**Source information:**
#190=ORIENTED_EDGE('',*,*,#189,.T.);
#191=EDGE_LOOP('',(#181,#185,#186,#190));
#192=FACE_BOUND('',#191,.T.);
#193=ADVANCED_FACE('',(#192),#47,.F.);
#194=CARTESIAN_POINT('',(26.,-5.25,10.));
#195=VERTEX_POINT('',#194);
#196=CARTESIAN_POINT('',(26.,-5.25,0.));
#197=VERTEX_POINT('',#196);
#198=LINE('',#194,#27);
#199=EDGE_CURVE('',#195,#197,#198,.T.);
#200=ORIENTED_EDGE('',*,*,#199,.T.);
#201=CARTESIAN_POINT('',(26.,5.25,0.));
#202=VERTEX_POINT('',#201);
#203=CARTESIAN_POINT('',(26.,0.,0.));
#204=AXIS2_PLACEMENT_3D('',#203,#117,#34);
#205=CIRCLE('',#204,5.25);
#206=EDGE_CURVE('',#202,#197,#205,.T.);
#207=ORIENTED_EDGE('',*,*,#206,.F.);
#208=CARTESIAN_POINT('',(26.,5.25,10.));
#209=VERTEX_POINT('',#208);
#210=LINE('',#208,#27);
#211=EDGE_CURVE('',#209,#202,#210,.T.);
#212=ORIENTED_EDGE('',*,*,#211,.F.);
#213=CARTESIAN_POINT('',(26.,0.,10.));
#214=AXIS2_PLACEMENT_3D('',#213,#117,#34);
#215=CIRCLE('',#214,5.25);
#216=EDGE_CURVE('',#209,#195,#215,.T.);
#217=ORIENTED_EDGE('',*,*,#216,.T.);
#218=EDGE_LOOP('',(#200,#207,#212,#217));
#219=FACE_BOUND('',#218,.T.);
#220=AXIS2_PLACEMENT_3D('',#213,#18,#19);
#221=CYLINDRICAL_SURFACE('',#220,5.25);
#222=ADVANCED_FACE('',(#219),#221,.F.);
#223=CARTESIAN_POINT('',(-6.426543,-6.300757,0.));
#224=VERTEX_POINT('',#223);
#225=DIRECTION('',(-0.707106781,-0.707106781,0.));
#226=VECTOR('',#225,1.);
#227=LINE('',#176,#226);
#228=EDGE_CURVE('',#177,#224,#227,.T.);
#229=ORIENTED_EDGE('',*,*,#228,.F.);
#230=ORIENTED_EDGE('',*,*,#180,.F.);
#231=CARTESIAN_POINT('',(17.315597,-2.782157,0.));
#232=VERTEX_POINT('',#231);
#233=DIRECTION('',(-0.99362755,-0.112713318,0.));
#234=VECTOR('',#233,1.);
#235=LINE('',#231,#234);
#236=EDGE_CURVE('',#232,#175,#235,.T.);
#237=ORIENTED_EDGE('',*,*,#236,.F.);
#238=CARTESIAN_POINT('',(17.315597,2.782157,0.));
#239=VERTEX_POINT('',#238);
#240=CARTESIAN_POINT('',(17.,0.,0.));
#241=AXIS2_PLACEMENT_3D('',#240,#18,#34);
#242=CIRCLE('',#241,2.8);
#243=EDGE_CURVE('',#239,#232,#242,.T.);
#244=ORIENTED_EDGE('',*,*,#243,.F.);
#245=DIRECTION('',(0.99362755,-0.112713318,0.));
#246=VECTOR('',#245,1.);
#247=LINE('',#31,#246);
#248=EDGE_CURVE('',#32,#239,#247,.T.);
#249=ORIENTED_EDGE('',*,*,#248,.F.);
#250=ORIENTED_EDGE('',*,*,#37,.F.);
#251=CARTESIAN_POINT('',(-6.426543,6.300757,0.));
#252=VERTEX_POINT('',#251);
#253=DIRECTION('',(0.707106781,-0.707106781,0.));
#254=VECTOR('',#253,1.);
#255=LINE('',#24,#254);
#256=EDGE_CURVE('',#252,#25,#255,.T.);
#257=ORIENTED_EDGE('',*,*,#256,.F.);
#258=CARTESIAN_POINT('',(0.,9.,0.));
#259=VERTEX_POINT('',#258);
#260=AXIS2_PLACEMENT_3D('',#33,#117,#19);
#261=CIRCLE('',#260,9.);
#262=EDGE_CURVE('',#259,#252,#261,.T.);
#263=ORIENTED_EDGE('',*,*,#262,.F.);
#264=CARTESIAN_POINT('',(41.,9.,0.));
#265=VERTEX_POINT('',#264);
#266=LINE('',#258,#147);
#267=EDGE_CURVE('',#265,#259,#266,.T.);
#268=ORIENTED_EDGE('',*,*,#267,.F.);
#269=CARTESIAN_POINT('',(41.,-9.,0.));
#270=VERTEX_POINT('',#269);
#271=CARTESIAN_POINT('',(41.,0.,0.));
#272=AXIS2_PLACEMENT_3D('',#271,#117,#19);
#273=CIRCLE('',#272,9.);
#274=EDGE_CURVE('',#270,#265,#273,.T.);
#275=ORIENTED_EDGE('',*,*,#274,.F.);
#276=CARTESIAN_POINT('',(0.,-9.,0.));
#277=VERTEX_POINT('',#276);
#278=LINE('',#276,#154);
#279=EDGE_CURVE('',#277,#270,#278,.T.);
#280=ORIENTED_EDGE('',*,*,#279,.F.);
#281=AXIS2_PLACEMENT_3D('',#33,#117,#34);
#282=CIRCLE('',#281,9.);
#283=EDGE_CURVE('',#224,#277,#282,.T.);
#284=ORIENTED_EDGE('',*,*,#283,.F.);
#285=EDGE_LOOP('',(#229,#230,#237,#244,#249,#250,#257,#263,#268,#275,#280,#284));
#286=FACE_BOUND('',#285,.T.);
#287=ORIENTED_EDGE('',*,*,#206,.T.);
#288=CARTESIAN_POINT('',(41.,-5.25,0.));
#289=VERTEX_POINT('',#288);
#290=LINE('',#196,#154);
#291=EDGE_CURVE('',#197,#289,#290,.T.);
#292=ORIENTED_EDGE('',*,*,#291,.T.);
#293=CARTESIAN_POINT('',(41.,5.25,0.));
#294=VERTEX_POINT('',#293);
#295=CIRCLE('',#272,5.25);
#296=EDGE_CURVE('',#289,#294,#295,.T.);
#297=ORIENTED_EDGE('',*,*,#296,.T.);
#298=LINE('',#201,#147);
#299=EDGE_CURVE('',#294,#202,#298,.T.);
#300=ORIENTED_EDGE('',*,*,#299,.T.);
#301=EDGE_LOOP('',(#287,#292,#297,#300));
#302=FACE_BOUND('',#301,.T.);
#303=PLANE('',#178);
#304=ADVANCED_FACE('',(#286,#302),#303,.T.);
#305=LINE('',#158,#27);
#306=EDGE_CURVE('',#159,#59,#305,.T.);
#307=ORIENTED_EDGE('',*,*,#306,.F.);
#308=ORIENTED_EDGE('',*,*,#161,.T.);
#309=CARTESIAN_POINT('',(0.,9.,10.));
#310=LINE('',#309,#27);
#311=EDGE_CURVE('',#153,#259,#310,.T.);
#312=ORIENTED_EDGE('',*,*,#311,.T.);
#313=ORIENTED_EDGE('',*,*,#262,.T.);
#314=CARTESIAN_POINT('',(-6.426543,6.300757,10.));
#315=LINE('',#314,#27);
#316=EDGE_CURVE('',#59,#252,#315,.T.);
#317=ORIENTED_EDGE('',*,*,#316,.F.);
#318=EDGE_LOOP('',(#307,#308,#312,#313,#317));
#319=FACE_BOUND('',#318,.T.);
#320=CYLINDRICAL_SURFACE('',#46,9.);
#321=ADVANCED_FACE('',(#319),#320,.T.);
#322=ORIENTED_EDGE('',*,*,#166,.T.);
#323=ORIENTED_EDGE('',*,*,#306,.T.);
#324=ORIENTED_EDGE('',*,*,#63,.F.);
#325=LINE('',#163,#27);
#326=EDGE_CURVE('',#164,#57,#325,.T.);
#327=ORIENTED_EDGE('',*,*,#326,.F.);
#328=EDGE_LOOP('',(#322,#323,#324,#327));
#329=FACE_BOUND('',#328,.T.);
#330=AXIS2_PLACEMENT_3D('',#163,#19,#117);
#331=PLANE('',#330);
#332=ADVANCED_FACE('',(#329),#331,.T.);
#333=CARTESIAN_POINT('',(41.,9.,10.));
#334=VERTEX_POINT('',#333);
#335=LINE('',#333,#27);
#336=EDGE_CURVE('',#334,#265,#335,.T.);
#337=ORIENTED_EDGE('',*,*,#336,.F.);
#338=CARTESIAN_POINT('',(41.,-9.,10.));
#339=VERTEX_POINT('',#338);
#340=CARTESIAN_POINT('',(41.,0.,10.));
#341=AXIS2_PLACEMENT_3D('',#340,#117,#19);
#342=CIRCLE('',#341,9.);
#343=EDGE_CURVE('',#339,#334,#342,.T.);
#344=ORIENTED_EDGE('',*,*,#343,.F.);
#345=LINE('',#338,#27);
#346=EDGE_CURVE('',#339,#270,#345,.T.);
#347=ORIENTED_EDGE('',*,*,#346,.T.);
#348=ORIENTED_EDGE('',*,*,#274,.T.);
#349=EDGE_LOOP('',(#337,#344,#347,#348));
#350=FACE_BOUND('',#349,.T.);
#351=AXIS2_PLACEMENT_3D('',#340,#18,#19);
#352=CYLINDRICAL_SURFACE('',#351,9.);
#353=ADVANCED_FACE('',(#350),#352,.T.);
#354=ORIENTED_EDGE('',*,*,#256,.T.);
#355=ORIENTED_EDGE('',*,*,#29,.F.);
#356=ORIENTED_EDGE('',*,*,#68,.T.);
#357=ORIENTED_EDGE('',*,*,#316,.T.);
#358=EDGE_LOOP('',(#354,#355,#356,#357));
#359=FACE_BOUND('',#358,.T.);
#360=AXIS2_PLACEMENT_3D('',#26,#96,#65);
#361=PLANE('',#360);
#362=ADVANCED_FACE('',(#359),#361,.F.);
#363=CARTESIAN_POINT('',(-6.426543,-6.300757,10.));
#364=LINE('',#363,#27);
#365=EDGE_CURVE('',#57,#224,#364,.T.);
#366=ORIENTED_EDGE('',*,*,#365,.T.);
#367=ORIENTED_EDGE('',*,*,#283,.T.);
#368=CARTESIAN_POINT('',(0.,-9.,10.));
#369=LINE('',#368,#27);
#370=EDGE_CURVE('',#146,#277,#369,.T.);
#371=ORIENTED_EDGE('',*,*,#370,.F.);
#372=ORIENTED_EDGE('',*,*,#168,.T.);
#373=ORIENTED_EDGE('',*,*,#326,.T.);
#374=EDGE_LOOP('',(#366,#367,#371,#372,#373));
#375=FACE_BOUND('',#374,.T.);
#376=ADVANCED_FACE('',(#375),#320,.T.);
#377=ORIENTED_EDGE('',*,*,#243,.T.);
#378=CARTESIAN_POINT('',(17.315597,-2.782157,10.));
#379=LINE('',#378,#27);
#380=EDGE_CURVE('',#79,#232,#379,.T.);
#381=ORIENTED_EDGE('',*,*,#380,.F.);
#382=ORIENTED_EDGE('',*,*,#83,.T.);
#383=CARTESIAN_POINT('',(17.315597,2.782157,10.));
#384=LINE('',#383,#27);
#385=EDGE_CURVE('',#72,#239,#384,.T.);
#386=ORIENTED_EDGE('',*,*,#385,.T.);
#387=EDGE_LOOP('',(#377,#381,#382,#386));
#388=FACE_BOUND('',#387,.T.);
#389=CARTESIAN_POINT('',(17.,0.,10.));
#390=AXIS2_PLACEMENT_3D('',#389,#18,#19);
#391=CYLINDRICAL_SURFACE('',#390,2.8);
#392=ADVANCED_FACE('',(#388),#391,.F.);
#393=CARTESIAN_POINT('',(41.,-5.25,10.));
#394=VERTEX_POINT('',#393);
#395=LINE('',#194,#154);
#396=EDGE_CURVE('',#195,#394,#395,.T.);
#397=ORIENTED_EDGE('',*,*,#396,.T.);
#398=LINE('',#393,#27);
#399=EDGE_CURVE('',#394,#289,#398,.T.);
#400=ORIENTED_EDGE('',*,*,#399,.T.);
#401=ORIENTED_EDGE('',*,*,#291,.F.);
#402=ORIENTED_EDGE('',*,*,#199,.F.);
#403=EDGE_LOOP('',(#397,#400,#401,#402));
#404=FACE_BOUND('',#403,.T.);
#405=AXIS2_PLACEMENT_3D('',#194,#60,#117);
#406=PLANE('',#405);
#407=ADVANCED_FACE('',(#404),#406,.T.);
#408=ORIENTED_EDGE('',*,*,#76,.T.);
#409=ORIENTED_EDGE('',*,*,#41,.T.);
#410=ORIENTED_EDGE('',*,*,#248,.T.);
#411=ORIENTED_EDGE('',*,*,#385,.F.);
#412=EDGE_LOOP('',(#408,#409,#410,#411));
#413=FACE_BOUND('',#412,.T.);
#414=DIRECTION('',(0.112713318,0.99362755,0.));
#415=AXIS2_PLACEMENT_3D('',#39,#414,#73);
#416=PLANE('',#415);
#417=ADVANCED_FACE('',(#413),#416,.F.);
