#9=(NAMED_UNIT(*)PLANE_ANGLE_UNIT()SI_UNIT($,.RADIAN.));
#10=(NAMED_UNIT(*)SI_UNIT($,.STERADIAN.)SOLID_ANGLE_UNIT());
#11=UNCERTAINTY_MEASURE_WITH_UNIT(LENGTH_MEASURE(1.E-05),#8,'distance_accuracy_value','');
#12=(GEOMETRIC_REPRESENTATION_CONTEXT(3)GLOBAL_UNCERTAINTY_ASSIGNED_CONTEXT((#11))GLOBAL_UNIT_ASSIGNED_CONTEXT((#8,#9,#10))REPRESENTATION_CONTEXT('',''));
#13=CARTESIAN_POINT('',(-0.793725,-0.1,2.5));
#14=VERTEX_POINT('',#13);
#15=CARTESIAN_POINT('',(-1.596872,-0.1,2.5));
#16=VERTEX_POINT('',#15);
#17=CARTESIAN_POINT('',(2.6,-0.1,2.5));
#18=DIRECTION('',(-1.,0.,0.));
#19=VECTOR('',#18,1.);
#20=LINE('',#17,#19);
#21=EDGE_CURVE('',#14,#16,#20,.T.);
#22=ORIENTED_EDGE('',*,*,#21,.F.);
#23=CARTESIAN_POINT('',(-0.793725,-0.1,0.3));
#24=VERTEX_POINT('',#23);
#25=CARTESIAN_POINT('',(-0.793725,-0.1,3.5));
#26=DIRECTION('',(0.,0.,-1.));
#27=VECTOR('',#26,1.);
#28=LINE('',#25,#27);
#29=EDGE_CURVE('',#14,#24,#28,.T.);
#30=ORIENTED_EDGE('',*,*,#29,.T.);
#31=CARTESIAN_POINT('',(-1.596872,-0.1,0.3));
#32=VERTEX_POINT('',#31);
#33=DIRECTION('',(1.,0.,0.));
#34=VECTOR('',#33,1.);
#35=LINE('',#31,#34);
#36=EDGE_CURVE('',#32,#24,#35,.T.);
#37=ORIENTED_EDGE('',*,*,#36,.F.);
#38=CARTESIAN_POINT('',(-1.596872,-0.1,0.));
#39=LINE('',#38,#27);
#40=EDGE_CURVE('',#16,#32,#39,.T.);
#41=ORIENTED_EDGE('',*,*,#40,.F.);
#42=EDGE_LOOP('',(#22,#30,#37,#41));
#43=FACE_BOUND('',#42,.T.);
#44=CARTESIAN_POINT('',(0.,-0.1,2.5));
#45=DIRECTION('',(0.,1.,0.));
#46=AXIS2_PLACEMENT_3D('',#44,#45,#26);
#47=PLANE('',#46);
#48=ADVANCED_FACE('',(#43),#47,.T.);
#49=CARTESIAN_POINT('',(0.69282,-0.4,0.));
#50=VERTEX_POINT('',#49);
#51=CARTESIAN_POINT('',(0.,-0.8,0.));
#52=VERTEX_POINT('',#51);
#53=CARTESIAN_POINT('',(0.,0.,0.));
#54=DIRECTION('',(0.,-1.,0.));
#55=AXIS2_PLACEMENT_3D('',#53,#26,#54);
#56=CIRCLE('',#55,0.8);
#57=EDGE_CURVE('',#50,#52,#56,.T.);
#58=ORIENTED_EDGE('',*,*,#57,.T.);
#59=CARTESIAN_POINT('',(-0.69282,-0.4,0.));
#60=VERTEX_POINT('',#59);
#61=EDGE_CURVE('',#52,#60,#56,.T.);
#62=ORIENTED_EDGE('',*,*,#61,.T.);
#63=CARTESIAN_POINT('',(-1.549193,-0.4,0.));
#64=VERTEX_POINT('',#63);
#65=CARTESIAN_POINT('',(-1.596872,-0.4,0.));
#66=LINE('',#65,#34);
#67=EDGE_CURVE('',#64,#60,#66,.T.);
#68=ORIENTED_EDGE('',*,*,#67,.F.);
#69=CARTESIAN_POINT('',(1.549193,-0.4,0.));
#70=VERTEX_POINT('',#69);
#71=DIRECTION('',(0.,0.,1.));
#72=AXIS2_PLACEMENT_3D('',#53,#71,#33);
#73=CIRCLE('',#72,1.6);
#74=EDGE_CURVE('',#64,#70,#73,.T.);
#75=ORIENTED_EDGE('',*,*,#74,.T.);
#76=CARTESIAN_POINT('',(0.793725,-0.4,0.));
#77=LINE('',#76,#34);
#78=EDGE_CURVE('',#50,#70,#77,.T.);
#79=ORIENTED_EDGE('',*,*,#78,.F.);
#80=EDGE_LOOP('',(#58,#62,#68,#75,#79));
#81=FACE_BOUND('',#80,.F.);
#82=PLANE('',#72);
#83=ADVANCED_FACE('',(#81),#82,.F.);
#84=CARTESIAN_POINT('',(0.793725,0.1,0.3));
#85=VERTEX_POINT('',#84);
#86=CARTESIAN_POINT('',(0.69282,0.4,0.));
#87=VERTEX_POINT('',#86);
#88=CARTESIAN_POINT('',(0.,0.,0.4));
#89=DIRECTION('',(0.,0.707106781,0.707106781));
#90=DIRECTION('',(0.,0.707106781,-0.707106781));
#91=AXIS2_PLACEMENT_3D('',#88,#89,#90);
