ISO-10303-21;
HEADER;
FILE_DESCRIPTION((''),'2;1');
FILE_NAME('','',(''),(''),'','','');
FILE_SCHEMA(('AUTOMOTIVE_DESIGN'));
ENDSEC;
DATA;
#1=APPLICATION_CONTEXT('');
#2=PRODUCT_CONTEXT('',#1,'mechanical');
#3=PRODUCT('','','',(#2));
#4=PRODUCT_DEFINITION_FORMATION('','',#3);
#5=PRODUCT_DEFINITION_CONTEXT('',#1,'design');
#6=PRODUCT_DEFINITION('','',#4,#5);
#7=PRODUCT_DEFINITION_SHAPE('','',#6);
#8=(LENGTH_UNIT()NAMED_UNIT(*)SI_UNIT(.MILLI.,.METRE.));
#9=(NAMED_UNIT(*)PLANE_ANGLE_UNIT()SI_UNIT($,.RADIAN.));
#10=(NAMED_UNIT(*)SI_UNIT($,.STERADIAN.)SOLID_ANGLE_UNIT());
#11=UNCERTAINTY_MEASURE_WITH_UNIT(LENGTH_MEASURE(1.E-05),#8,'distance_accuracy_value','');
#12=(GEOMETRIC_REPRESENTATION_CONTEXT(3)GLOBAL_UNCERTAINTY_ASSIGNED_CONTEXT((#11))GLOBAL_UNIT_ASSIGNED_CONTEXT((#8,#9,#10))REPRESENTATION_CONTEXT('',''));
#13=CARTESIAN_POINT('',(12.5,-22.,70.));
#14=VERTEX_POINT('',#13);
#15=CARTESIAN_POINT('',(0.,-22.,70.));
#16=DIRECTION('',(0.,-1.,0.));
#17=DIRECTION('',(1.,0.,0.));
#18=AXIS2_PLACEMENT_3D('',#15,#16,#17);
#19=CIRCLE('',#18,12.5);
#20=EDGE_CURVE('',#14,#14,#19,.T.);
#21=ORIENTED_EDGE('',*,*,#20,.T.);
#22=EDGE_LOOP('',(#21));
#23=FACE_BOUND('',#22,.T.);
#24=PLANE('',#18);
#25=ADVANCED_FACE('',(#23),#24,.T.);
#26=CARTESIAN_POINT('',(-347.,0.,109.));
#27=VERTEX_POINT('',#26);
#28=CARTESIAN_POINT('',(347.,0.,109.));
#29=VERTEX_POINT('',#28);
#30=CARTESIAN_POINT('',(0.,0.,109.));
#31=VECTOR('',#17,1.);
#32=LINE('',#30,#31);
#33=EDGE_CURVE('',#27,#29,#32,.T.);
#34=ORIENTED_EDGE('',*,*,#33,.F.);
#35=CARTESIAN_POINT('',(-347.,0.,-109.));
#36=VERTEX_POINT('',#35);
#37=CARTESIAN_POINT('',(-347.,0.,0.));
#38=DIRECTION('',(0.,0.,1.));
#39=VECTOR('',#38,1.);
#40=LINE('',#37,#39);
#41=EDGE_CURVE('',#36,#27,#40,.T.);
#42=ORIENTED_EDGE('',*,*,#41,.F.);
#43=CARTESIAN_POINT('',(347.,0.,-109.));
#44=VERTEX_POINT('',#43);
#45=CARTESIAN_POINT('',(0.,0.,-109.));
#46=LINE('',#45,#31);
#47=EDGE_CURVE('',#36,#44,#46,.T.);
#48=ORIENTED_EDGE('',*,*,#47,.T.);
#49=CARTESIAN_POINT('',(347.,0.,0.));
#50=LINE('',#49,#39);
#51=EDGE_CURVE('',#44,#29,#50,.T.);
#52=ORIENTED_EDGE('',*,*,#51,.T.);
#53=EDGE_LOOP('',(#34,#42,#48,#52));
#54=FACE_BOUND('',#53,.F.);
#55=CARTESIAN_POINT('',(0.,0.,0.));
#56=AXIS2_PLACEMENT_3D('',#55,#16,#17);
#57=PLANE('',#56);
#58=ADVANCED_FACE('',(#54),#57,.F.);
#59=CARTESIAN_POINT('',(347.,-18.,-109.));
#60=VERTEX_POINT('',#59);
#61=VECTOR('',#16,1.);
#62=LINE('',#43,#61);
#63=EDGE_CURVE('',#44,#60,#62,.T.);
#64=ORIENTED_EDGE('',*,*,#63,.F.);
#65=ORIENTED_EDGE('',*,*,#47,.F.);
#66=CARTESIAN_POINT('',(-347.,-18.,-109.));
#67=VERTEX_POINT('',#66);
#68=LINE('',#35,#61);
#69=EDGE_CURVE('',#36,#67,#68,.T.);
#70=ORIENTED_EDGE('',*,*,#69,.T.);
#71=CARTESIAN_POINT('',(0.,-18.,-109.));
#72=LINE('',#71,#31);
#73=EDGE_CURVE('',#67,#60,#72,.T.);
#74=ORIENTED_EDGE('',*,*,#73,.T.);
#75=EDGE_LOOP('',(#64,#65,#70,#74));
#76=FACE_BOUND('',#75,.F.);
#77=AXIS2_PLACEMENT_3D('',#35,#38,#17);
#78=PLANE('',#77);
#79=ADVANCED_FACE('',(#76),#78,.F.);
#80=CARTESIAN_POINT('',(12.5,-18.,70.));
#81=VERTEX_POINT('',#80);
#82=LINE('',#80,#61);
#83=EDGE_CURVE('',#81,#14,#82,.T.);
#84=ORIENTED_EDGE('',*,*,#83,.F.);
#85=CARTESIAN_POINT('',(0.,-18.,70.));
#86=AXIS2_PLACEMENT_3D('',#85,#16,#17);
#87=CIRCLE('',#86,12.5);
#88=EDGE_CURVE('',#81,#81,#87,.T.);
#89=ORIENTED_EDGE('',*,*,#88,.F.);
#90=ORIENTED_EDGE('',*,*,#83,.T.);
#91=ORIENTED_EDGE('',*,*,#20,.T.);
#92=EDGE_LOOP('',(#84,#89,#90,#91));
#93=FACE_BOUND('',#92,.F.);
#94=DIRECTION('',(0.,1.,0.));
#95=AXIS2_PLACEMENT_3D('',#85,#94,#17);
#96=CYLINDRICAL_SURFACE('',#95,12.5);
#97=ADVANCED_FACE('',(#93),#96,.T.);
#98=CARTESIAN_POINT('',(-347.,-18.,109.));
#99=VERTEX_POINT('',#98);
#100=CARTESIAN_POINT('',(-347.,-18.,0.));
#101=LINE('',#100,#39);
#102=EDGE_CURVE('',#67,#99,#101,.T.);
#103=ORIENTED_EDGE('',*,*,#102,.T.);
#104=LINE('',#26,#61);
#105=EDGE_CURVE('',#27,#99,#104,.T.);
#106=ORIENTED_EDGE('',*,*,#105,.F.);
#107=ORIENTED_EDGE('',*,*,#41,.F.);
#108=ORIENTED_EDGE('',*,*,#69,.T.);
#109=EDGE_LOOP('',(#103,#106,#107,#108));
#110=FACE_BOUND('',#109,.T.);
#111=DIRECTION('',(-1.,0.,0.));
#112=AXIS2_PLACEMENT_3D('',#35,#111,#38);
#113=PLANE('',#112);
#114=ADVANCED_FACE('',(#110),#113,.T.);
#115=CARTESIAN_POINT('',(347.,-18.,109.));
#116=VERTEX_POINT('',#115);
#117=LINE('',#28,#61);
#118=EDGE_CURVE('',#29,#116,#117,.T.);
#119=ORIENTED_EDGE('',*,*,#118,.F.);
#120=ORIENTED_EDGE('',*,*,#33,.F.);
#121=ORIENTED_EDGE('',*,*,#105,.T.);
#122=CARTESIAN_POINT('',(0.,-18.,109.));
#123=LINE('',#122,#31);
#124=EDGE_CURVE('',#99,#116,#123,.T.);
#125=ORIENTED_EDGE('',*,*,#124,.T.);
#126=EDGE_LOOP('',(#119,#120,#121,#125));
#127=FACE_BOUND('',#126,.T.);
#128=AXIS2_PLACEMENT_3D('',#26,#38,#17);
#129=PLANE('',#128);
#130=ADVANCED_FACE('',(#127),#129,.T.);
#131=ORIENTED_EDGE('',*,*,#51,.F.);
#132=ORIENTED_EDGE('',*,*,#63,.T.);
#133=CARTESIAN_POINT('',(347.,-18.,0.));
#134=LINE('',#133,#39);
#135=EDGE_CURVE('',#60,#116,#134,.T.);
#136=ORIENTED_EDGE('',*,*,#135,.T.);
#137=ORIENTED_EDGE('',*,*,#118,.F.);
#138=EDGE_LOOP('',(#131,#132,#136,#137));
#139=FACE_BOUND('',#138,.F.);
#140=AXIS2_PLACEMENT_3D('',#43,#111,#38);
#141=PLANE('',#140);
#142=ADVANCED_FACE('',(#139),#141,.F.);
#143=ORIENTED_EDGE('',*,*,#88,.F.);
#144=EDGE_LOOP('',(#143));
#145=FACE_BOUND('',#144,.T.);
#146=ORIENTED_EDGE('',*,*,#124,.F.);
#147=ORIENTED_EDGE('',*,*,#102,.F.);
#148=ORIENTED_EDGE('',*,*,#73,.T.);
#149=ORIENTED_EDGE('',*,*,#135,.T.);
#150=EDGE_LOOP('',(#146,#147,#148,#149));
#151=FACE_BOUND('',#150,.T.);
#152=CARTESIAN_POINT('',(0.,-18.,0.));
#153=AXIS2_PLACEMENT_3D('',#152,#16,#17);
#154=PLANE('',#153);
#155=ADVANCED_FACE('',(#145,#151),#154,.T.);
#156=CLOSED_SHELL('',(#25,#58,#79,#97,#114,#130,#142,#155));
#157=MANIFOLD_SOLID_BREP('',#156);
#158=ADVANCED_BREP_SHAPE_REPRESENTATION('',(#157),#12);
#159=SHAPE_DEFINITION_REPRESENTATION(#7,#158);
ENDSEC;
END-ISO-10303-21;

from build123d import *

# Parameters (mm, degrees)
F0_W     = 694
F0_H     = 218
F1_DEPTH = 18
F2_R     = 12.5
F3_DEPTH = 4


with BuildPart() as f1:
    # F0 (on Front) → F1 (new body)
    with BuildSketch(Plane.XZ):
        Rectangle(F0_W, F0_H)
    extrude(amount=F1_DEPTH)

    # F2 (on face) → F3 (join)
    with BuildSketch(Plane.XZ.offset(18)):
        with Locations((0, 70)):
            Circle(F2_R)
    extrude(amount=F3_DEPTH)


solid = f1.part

**Problem requirements:**
All lines from the first line of the listing above through the line containing "#227=LINE('',#176,#226);" are to be retyped exactly. Leave out any other line.

**Exercise solution:**
#190=ORIENTED_EDGE('',*,*,#189,.T.);
#191=EDGE_LOOP('',(#181,#185,#186,#190));
#192=FACE_BOUND('',#191,.T.);
#193=ADVANCED_FACE('',(#192),#47,.F.);
#194=CARTESIAN_POINT('',(26.,-5.25,10.));
#195=VERTEX_POINT('',#194);
#196=CARTESIAN_POINT('',(26.,-5.25,0.));
#197=VERTEX_POINT('',#196);
#198=LINE('',#194,#27);
#199=EDGE_CURVE('',#195,#197,#198,.T.);
#200=ORIENTED_EDGE('',*,*,#199,.T.);
#201=CARTESIAN_POINT('',(26.,5.25,0.));
#202=VERTEX_POINT('',#201);
#203=CARTESIAN_POINT('',(26.,0.,0.));
#204=AXIS2_PLACEMENT_3D('',#203,#117,#34);
#205=CIRCLE('',#204,5.25);
#206=EDGE_CURVE('',#202,#197,#205,.T.);
#207=ORIENTED_EDGE('',*,*,#206,.F.);
#208=CARTESIAN_POINT('',(26.,5.25,10.));
#209=VERTEX_POINT('',#208);
#210=LINE('',#208,#27);
#211=EDGE_CURVE('',#209,#202,#210,.T.);
#212=ORIENTED_EDGE('',*,*,#211,.F.);
#213=CARTESIAN_POINT('',(26.,0.,10.));
#214=AXIS2_PLACEMENT_3D('',#213,#117,#34);
#215=CIRCLE('',#214,5.25);
#216=EDGE_CURVE('',#209,#195,#215,.T.);
#217=ORIENTED_EDGE('',*,*,#216,.T.);
#218=EDGE_LOOP('',(#200,#207,#212,#217));
#219=FACE_BOUND('',#218,.T.);
#220=AXIS2_PLACEMENT_3D('',#213,#18,#19);
#221=CYLINDRICAL_SURFACE('',#220,5.25);
#222=ADVANCED_FACE('',(#219),#221,.F.);
#223=CARTESIAN_POINT('',(-6.426543,-6.300757,0.));
#224=VERTEX_POINT('',#223);
#225=DIRECTION('',(-0.707106781,-0.707106781,0.));
#226=VECTOR('',#225,1.);
#227=LINE('',#176,#226);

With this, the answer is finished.